The Problem
Rural women in India heavily rely on voice notes in WhatsApp conversations with Myna Saheli, revealing a strong preference for speaking over typing—especially among low-literacy users who struggle with text-based interfaces. While the WhatsApp bot handles text and voice messages asynchronously, many users needed real-time voice support for urgent health questions, follow-up calls, and appointment-related conversations. Traditional IVR systems were too rigid, and early voice AI experiments using Exotel appflows suffered from 3-4 second latency even for simple greetings like 'hi' or 'hello,' breaking the natural flow of conversation and reducing trust.

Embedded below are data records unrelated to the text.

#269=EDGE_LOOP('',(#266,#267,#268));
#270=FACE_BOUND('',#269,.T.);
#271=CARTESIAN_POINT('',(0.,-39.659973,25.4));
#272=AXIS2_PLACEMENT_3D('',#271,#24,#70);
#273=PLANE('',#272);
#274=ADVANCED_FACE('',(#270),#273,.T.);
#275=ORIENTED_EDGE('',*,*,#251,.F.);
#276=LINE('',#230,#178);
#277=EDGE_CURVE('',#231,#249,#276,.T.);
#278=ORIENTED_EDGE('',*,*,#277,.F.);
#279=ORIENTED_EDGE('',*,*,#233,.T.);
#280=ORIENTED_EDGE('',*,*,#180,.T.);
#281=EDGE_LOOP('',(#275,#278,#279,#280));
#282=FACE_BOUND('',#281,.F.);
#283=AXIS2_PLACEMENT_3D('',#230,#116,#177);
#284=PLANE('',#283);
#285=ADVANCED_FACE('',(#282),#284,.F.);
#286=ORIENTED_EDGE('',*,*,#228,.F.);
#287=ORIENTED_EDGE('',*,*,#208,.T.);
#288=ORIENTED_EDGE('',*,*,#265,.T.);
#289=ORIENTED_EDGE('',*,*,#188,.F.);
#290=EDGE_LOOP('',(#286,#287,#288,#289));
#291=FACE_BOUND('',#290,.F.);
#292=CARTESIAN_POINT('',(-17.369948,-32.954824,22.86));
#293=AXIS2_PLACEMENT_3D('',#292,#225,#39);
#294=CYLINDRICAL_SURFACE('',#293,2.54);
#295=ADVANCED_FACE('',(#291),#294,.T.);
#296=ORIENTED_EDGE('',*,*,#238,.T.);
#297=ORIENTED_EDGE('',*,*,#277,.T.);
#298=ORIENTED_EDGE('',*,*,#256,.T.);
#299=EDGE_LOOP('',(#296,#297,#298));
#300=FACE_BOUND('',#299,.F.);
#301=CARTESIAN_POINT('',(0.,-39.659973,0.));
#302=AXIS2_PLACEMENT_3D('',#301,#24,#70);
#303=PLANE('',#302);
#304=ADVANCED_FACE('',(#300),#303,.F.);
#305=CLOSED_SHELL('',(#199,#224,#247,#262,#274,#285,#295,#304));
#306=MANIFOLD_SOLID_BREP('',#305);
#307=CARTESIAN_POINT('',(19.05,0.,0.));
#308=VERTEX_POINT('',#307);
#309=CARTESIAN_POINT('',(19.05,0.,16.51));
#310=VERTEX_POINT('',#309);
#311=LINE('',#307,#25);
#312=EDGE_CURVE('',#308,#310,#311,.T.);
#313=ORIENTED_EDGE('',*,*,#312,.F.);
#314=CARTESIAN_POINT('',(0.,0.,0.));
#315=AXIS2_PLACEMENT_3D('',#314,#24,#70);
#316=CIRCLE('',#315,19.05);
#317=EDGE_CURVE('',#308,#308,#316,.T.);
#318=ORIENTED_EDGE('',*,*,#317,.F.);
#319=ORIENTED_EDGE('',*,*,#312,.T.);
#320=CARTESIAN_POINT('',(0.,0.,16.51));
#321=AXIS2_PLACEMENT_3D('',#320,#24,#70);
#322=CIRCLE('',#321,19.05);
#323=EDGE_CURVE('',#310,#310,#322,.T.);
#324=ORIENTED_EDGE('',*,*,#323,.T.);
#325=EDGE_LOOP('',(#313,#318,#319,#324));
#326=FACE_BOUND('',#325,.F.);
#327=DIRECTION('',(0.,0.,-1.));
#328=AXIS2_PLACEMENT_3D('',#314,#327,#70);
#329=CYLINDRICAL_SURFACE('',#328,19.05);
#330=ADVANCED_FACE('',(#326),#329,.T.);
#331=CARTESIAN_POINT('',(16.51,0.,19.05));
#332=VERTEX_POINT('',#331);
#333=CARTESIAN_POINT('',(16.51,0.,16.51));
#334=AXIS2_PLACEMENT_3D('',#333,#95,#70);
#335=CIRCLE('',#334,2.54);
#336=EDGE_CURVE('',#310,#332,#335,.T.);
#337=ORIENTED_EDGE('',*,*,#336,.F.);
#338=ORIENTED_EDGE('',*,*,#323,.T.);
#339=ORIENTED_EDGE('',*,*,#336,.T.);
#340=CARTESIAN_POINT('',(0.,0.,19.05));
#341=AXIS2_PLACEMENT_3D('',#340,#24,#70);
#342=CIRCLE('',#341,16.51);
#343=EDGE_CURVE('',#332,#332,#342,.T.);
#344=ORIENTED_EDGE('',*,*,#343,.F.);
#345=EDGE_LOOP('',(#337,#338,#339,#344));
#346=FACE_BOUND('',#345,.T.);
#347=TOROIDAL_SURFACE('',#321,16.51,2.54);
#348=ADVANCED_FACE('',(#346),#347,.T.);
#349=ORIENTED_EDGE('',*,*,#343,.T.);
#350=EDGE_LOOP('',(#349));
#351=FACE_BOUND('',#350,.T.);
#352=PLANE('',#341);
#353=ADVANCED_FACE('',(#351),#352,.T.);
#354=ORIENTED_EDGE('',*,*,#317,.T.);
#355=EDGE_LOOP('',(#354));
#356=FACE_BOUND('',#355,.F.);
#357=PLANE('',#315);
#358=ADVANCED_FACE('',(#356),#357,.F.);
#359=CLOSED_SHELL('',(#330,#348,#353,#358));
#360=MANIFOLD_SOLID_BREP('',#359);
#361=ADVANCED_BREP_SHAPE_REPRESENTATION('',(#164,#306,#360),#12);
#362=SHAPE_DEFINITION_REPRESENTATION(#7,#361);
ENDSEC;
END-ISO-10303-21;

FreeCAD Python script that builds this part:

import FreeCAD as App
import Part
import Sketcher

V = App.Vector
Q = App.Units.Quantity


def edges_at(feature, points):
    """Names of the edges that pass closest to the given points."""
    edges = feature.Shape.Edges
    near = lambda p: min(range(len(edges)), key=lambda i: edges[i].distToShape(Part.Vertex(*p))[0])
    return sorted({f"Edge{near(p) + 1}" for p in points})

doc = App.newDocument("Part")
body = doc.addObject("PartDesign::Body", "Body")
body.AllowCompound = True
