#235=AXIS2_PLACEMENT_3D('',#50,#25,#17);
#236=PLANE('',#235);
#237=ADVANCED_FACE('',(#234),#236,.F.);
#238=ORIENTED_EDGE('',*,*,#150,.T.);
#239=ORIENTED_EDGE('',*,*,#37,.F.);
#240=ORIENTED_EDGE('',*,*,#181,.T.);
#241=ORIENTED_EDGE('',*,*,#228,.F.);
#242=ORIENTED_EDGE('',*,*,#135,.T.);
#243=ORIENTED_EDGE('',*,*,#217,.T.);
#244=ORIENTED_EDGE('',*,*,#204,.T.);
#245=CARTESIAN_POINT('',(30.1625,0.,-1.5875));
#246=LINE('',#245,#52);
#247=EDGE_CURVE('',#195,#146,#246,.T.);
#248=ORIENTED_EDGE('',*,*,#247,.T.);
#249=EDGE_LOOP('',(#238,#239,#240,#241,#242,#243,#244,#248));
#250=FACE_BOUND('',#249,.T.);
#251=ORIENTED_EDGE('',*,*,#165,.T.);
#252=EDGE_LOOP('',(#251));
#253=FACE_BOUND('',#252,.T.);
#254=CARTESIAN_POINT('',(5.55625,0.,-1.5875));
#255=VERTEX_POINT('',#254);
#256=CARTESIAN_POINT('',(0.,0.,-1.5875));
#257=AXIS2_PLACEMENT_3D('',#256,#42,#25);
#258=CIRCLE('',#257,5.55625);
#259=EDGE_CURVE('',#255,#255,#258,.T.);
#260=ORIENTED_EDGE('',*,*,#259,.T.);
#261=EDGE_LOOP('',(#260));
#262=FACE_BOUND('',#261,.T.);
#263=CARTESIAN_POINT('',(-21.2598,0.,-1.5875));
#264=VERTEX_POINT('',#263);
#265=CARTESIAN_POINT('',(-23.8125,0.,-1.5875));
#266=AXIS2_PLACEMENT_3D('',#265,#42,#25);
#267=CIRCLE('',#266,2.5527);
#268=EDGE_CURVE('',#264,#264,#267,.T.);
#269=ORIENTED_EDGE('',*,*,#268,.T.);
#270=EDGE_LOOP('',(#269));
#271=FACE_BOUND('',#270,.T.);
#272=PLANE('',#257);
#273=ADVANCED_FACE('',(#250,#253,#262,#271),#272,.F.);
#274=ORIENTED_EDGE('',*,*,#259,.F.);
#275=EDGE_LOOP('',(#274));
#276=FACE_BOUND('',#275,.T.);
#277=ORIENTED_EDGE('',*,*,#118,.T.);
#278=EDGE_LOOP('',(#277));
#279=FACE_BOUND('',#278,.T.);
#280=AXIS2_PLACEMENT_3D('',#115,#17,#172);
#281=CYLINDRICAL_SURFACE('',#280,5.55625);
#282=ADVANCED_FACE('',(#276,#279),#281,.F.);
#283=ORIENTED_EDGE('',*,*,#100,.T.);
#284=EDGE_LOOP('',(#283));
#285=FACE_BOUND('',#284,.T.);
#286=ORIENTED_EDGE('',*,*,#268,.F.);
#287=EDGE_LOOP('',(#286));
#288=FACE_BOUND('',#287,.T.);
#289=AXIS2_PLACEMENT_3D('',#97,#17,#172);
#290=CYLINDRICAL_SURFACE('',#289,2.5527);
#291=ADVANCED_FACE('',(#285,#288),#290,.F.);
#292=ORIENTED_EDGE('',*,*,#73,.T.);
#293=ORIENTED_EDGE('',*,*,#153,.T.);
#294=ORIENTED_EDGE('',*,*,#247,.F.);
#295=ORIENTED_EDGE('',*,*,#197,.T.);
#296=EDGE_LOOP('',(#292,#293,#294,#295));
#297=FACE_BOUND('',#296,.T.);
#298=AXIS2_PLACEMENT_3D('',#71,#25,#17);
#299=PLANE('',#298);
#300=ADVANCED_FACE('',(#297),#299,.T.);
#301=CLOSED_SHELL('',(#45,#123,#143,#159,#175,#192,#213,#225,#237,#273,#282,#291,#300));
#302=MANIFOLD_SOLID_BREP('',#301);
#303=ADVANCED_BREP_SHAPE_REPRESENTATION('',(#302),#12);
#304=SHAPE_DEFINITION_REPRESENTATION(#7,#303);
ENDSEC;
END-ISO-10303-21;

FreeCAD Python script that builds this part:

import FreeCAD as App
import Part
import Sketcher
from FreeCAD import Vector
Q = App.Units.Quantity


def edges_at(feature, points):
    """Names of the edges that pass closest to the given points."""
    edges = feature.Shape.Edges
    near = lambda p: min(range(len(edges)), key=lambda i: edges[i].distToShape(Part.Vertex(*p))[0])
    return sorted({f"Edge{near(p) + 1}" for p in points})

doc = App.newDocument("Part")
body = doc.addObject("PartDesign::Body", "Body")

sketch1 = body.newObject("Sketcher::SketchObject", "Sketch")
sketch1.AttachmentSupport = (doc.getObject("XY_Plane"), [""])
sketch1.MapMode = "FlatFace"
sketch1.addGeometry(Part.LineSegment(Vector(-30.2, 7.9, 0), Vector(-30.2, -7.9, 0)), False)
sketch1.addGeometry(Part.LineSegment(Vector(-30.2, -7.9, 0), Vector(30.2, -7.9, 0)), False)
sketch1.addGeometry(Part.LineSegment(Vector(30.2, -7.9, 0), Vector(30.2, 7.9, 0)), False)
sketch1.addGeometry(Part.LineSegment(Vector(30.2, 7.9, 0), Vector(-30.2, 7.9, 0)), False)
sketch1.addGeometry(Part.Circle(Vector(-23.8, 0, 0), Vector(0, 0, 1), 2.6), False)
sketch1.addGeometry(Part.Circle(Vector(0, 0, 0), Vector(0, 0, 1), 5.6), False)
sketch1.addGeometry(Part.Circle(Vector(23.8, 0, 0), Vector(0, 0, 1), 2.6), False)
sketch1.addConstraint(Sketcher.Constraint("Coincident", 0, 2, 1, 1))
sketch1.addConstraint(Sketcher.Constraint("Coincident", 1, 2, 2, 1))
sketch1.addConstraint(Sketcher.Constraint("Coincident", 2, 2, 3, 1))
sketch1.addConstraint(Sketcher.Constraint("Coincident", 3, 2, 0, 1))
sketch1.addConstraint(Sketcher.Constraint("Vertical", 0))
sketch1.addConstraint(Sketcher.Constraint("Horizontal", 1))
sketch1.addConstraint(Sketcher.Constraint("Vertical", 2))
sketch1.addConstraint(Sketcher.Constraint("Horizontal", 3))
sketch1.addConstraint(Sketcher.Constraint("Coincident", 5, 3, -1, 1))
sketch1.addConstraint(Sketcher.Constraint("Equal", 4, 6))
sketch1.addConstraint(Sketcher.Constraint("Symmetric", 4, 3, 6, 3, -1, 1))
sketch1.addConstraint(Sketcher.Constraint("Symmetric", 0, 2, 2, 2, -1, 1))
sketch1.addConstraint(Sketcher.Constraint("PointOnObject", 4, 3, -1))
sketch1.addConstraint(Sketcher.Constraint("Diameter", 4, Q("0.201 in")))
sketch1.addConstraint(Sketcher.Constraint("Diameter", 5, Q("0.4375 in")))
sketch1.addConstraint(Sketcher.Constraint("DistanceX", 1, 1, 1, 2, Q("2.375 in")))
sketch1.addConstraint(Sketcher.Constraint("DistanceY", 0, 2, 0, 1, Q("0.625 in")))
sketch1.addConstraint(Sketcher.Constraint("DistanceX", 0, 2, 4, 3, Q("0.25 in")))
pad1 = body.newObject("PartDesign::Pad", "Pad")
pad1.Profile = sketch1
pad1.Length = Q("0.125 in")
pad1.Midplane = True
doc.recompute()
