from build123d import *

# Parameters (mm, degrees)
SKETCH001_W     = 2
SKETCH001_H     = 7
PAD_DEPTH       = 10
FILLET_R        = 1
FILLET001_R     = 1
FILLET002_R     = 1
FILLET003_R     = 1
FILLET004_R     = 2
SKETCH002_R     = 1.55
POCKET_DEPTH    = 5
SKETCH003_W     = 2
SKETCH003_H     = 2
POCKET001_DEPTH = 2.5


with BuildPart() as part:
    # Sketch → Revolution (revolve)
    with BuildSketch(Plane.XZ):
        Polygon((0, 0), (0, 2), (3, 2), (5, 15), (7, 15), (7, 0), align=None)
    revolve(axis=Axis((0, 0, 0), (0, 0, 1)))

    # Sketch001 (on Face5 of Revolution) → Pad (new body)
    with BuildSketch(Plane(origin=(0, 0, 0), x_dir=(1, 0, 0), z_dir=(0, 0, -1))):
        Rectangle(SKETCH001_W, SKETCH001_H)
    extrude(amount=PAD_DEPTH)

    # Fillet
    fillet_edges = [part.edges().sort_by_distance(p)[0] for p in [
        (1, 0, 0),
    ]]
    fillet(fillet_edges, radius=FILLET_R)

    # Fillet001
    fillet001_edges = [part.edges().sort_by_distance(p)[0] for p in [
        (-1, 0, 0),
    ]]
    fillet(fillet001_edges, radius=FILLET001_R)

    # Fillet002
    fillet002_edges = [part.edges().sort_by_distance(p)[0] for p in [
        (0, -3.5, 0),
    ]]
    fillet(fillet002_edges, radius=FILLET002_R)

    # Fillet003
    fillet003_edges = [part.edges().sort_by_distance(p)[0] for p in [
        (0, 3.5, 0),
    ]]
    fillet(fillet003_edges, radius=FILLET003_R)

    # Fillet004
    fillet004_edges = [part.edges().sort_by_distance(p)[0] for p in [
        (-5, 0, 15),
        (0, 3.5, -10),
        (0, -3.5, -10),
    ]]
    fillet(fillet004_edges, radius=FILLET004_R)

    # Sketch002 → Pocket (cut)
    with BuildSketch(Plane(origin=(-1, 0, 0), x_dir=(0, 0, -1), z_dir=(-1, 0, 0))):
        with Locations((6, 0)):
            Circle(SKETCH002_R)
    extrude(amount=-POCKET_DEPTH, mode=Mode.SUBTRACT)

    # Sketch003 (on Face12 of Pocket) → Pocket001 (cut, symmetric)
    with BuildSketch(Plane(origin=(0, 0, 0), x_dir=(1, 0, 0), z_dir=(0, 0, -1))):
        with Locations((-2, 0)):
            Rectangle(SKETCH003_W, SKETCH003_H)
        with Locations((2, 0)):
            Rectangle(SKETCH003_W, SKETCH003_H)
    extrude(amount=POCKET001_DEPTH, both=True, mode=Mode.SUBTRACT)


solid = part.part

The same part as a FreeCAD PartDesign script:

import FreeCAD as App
import Part
import Sketcher
from FreeCAD import Vector
Q = App.Units.Quantity


def edges_at(feature, points):
    """Names of the edges that pass closest to the given points."""
    edges = feature.Shape.Edges
    near = lambda p: min(range(len(edges)), key=lambda i: edges[i].distToShape(Part.Vertex(*p))[0])
    return sorted({f"Edge{near(p) + 1}" for p in points})


def add_polygon(sketch, points):
    """Adds a closed chain of lines whose ends are joined by coincident constraints."""
    first, n = sketch.GeometryCount, len(points)
    for a, b in zip(points, points[1:] + points[:1]):
        sketch.addGeometry(Part.LineSegment(App.Vector(*a, 0), App.Vector(*b, 0)), False)
    for i in range(n):
        sketch.addConstraint(Sketcher.Constraint("Coincident", first + i, 2, first + (i + 1) % n, 1))

doc = App.newDocument("Part")
body = doc.addObject("PartDesign::Body", "Body")

# Sketch on XZ plane
sketch1 = body.newObject("Sketcher::SketchObject", "Sketch")
sketch1.AttachmentSupport = (doc.getObject("XZ_Plane"), [""])
sketch1.MapMode = "FlatFace"
add_polygon(sketch1, [(0, 2), (0, 0), (7, 0), (7, 15), (5, 15), (3, 2)])  # lines 0-5
sketch1.addConstraint([
    Sketcher.Constraint("Vertical", 0),
    Sketcher.Constraint("Horizontal", 1),
    Sketcher.Constraint("Vertical", 2),
    Sketcher.Constraint("Horizontal", 3),
    Sketcher.Constraint("Horizontal", 5),
    Sketcher.Constraint("Coincident", 0, 2, -1, 1),
    Sketcher.Constraint("Equal", 3, 0),
    Sketcher.Constraint("DistanceX", 1, 1, 1, 2, Q("7 mm")),
    Sketcher.Constraint("DistanceX", 3, 2, 3, 1, Q("2 mm")),
    Sketcher.Constraint("DistanceX", 5, 2, 5, 1, Q("3 mm")),
    Sketcher.Constraint("DistanceY", 2, 1, 2, 2, Q("15 mm")),
])
revolution = body.newObject("PartDesign::Revolution", "Revolution")
revolution.Profile = sketch1
revolution.ReferenceAxis = (sketch1, ["V_Axis"])
revolution.Angle = 360

# Sketch on XY plane
sketch2 = body.newObject("Sketcher::SketchObject", "Sketch001")
sketch2.AttachmentSupport = (doc.getObject("XY_Plane"), [""])
sketch2.MapMode = "FlatFace"
add_polygon(sketch2, [(-1, -3.5), (-1, 3.5), (1, 3.5), (1, -3.5)])  # lines 0-3
sketch2.addConstraint([
    Sketcher.Constraint("Vertical", 0),
    Sketcher.Constraint("Horizontal", 1),
    Sketcher.Constraint("Vertical", 2),
    Sketcher.Constraint("Horizontal", 3),
    Sketcher.Constraint("Symmetric", 0, 2, 2, 2, -1, 1),
    Sketcher.Constraint("DistanceX", 1, 1, 1, 2, Q("2 mm")),
    Sketcher.Constraint("DistanceY", 0, 1, 0, 2, Q("7 mm")),
])
pad1 = body.newObject("PartDesign::Pad", "Pad")
pad1.Profile = sketch2
pad1.Length = 10
pad1.Reversed = True
doc.recompute()

fillet = body.newObject("PartDesign::Fillet", "Fillet")
fillet.Base = (pad1, edges_at(pad1, [(1, 0, 0)]))
fillet.Radius = 1
doc.recompute()

fillet2 = body.newObject("PartDesign::Fillet", "Fillet001")
fillet2.Base = (fillet, edges_at(fillet, [(-1, 0, 0)]))
fillet2.Radius = 1
doc.recompute()

fillet3 = body.newObject("PartDesign::Fillet", "Fillet002")
fillet3.Base = (fillet2, edges_at(fillet2, [(0, -3.5, 0)]))
fillet3.Radius = 1
doc.recompute()

fillet4 = body.newObject("PartDesign::Fillet", "Fillet003")
fillet4.Base = (fillet3, edges_at(fillet3, [(0, 3.5, 0)]))
fillet4.Radius = 1
doc.recompute()

fillet5 = body.newObject("PartDesign::Fillet", "Fillet004")
fillet5.Base = (fillet4, edges_at(fillet4, [(-5, 0, 15), (0, 3.5, -10), (0, -3.5, -10)]))
fillet5.Radius = 2

# Sketch on YZ plane
sketch3 = body.newObject("Sketcher::SketchObject", "Sketch002")
sketch3.AttachmentSupport = (doc.getObject("YZ_Plane"), [""])
sketch3.MapMode = "FlatFace"
sketch3.AttachmentOffset = App.Placement(Vector(0, 0, -1), App.Rotation())
sketch3.addGeometry(Part.Circle(Vector(0, -6, 0), Vector(0, 0, 1), 1.6), False)
sketch3.addConstraint([
    Sketcher.Constraint("PointOnObject", 0, 3, -2),
    Sketcher.Constraint("Diameter", 0, Q("3.1 mm")),
    Sketcher.Constraint("DistanceY", 0, 3, -1, 1, Q("6 mm")),
])
pocket1 = body.newObject("PartDesign::Pocket", "Pocket")
pocket1.Profile = sketch3
pocket1.Length = 5
pocket1.Reversed = True

# Sketch on XY plane
sketch4 = body.newObject("Sketcher::SketchObject", "Sketch003")
sketch4.AttachmentSupport = (doc.getObject("XY_Plane"), [""])
sketch4.MapMode = "FlatFace"
add_polygon(sketch4, [(-3, -1), (-3, 1), (-1, 1), (-1, -1)])  # lines 0-3
add_polygon(sketch4, [(1, -1), (1, 1), (3, 1), (3, -1)])  # lines 4-7
sketch4.addConstraint([
    Sketcher.Constraint("Vertical", 0),
    Sketcher.Constraint("Horizontal", 1),
    Sketcher.Constraint("Vertical", 2),
    Sketcher.Constraint("Horizontal", 3),
    Sketcher.Constraint("Vertical", 4),
    Sketcher.Constraint("Horizontal", 5),
    Sketcher.Constraint("Vertical", 6),
    Sketcher.Constraint("Horizontal", 7),
    Sketcher.Constraint("Symmetric", 2, 2, 4, 2, -1, 1),
    Sketcher.Constraint("Symmetric", 0, 2, 6, 2, -1, 1),
    Sketcher.Constraint("Horizontal", 1, 2, 4, 2),
    Sketcher.Constraint("Equal", 7, 0),
    Sketcher.Constraint("DistanceX", 1, 1, 1, 2, Q("2 mm")),
    Sketcher.Constraint("DistanceX", 0, 2, -1, 1, Q("3 mm")),
])
pocket2 = body.newObject("PartDesign::Pocket", "Pocket001")
pocket2.Profile = sketch4
pocket2.Length = 5
pocket2.Midplane = True

doc.recompute()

Third-party platforms (Bolna AI, Millis AI, ElevenLabs) either didn't meet latency requirements or were prohibitively expensive for scale.
Our Approach
- 01
Architected a custom voice AI pipeline to replace the high-latency Exotel appflows system: incoming audio → Sarvam AI STT (speech-to-text) → jargon filtering → OpenAI LLM with RAG-based medical knowledge base → Sarvam AI TTS (text-to-speech) → Exotel voice delivery.
- 02
Attempted latency optimization via caching generic greeting responses ('hi,' 'hello'), but found caching unreliable for natural conversation and unable to handle the variability of real user queries.
- 03
Evaluated and ultimately rejected Bolna AI, Millis AI, and ElevenLabs due to cost constraints, inflexibility, or failure to meet sub-second response requirements for real-time healthcare conversations.
- 04
Rebuilt the entire voice infrastructure on Pipecat (chosen over LiveKit for its simpler learning curve and faster implementation), achieving near-instant response times while maintaining full conversation context and database storage of all call transcripts.
- 05
Integrated WhatsApp as the trigger mechanism: users send a specific command in their Myna Saheli chat to initiate an outbound voice call from the system, seamlessly bridging text and voice channels within the same care journey.
- 06
Implemented intent-based orchestration to route conversations dynamically—question answering, appointment scheduling, follow-up reminders, and crisis detection—with prompt guardrails ensuring all responses remain focused on SRH topics.
- 07
Built a unified analytics layer storing every voice interaction in PostgreSQL, enabling Mixpanel-powered tracking of call completion rates, average duration, repeat engagement patterns, and language-split analysis (Hindi, Marathi, English).
- 08
Deployed the voice AI on AWS with auto-scaling worker pools to handle peak call volumes (2,100+ calls/month by May 2026), maintaining sub-second latency during high-traffic appointment reminder campaigns.
Outcome
Myna Voice AI successfully bridged the literacy and engagement gap, enabling 588 unique low-literacy women to access SRH care through 5,269 phone-based conversations. With an average of 9 repeat interactions per user and 104-second call durations, the platform proved that voice-first healthcare can drive sustained engagement where text-based apps fail. Monthly call volumes grew from pilot usage to over 2,100 calls by May 2026, reducing counselor workload for routine questions, improving follow-up completion rates, and enabling healthcare access for users without smartphones—directly supporting the foundation's mission to reach underserved women through the channel they trust most: their voice.